## [Available records]
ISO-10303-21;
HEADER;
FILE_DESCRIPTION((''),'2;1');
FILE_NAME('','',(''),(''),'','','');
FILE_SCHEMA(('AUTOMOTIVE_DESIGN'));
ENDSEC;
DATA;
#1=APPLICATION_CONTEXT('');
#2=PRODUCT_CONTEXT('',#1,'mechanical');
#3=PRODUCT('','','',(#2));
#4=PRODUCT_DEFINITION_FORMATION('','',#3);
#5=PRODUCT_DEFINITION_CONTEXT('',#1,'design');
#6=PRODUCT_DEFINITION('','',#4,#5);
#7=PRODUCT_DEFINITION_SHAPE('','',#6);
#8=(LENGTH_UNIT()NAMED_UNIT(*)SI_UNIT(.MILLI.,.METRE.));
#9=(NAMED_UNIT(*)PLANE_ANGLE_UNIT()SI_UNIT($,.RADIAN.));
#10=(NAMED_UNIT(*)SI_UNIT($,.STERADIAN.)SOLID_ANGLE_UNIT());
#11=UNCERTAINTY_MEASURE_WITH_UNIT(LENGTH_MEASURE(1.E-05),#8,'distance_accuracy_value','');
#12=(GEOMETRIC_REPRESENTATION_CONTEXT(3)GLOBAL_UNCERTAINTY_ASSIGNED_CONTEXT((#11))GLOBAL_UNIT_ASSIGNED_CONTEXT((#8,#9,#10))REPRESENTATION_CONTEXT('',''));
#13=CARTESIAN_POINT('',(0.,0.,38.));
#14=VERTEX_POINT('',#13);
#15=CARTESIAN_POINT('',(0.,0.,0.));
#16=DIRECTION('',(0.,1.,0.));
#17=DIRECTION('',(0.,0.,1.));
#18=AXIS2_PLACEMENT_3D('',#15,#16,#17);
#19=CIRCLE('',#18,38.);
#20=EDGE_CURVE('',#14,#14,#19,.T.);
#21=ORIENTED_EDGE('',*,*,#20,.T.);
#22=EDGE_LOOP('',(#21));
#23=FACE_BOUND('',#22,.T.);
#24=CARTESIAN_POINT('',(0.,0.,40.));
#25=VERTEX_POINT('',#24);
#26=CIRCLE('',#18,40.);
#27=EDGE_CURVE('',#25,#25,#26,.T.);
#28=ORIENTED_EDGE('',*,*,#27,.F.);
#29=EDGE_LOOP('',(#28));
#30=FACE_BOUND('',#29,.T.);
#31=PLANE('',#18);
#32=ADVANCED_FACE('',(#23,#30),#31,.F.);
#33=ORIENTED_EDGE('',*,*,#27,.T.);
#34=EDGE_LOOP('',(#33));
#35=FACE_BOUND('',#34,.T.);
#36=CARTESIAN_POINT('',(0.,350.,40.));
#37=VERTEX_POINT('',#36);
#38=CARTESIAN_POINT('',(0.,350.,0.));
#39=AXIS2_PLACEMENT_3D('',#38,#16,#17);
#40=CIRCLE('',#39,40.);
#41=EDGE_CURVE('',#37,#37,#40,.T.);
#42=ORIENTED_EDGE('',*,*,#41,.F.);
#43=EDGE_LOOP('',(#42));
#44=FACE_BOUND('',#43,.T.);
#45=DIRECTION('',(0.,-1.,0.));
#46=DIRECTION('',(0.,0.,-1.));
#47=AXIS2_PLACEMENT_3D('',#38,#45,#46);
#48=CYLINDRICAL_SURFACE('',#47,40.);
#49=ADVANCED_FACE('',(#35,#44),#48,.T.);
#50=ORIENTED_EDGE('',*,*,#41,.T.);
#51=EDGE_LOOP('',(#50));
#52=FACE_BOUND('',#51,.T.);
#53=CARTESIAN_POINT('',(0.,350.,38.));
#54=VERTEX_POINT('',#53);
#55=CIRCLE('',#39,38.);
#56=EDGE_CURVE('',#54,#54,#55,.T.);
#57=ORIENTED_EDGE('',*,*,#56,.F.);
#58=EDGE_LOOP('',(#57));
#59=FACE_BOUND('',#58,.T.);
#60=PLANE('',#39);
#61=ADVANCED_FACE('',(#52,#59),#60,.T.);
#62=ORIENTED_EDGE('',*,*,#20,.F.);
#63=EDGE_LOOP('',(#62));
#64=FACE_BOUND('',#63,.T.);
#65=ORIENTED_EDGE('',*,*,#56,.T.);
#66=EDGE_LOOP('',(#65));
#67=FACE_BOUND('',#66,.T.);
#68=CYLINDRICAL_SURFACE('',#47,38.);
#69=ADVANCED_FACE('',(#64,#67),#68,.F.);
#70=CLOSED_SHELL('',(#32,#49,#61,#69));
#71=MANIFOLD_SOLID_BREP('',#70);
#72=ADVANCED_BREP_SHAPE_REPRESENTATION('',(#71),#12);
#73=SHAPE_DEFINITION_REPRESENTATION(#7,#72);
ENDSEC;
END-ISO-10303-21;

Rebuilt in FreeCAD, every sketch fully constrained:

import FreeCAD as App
import Part
import Sketcher
Q = App.Units.Quantity

doc = App.newDocument("Part")
params = doc.addObject("Spreadsheet::Sheet", "Params")
for row, (alias, value) in enumerate([
    ("sketch1_diameter", "80 mm"),
    ("sketch1_diameter2", "76 mm"),
    ("pad1_length", "350 mm"),
], start=1):
    params.set(f"A{row}", alias)
    params.set(f"B{row}", "=" + value)
    params.setAlias(f"B{row}", alias)

body = doc.addObject("PartDesign::Body", "Body")

sketch1 = body.newObject("Sketcher::SketchObject", "Sketch")
sketch1.AttachmentSupport = (doc.getObject("XZ_Plane"), [""])
sketch1.MapMode = "FlatFace"
sketch1.addGeometry([
    Part.Circle(App.Vector(0, 0, 0), App.Vector(0, 0, 1), 40),
    Part.Circle(App.Vector(0, 0, 0), App.Vector(0, 0, 1), 38),
], False)
sketch1.addConstraint([
    Sketcher.Constraint("Coincident", 0, 3, -1, 1),
    Sketcher.Constraint("Coincident", 1, 3, -1, 1),
    Sketcher.Constraint("Diameter", 0, Q("80 mm")),
    Sketcher.Constraint("Diameter", 1, Q("76 mm")),
])
sketch1.setExpression("Constraints[2]", "Params.sketch1_diameter")
sketch1.setExpression("Constraints[3]", "Params.sketch1_diameter2")
pad1 = body.newObject("PartDesign::Pad", "Pad")
pad1.Profile = sketch1
pad1.setExpression("Length", "Params.pad1_length")
pad1.Reversed = True

doc.recompute()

## [Your task]
In the listing above, find the line holding "#43=EDGE_LOOP('',(#42));" and the line holding "Rebuilt in FreeCAD, every", then output those two lines and every line between them exactly.

## [Your response]
#43=EDGE_LOOP('',(#42));
#44=FACE_BOUND('',#43,.T.);
#45=DIRECTION('',(0.,-1.,0.));
#46=DIRECTION('',(0.,0.,-1.));
#47=AXIS2_PLACEMENT_3D('',#38,#45,#46);
#48=CYLINDRICAL_SURFACE('',#47,40.);
#49=ADVANCED_FACE('',(#35,#44),#48,.T.);
#50=ORIENTED_EDGE('',*,*,#41,.T.);
#51=EDGE_LOOP('',(#50));
#52=FACE_BOUND('',#51,.T.);
#53=CARTESIAN_POINT('',(0.,350.,38.));
#54=VERTEX_POINT('',#53);
#55=CIRCLE('',#39,38.);
#56=EDGE_CURVE('',#54,#54,#55,.T.);
#57=ORIENTED_EDGE('',*,*,#56,.F.);
#58=EDGE_LOOP('',(#57));
#59=FACE_BOUND('',#58,.T.);
#60=PLANE('',#39);
#61=ADVANCED_FACE('',(#52,#59),#60,.T.);
#62=ORIENTED_EDGE('',*,*,#20,.F.);
#63=EDGE_LOOP('',(#62));
#64=FACE_BOUND('',#63,.T.);
#65=ORIENTED_EDGE('',*,*,#56,.T.);
#66=EDGE_LOOP('',(#65));
#67=FACE_BOUND('',#66,.T.);
#68=CYLINDRICAL_SURFACE('',#47,38.);
#69=ADVANCED_FACE('',(#64,#67),#68,.F.);
#70=CLOSED_SHELL('',(#32,#49,#61,#69));
#71=MANIFOLD_SOLID_BREP('',#70);
#72=ADVANCED_BREP_SHAPE_REPRESENTATION('',(#71),#12);
#73=SHAPE_DEFINITION_REPRESENTATION(#7,#72);
ENDSEC;
END-ISO-10303-21;

Rebuilt in FreeCAD, every sketch fully constrained:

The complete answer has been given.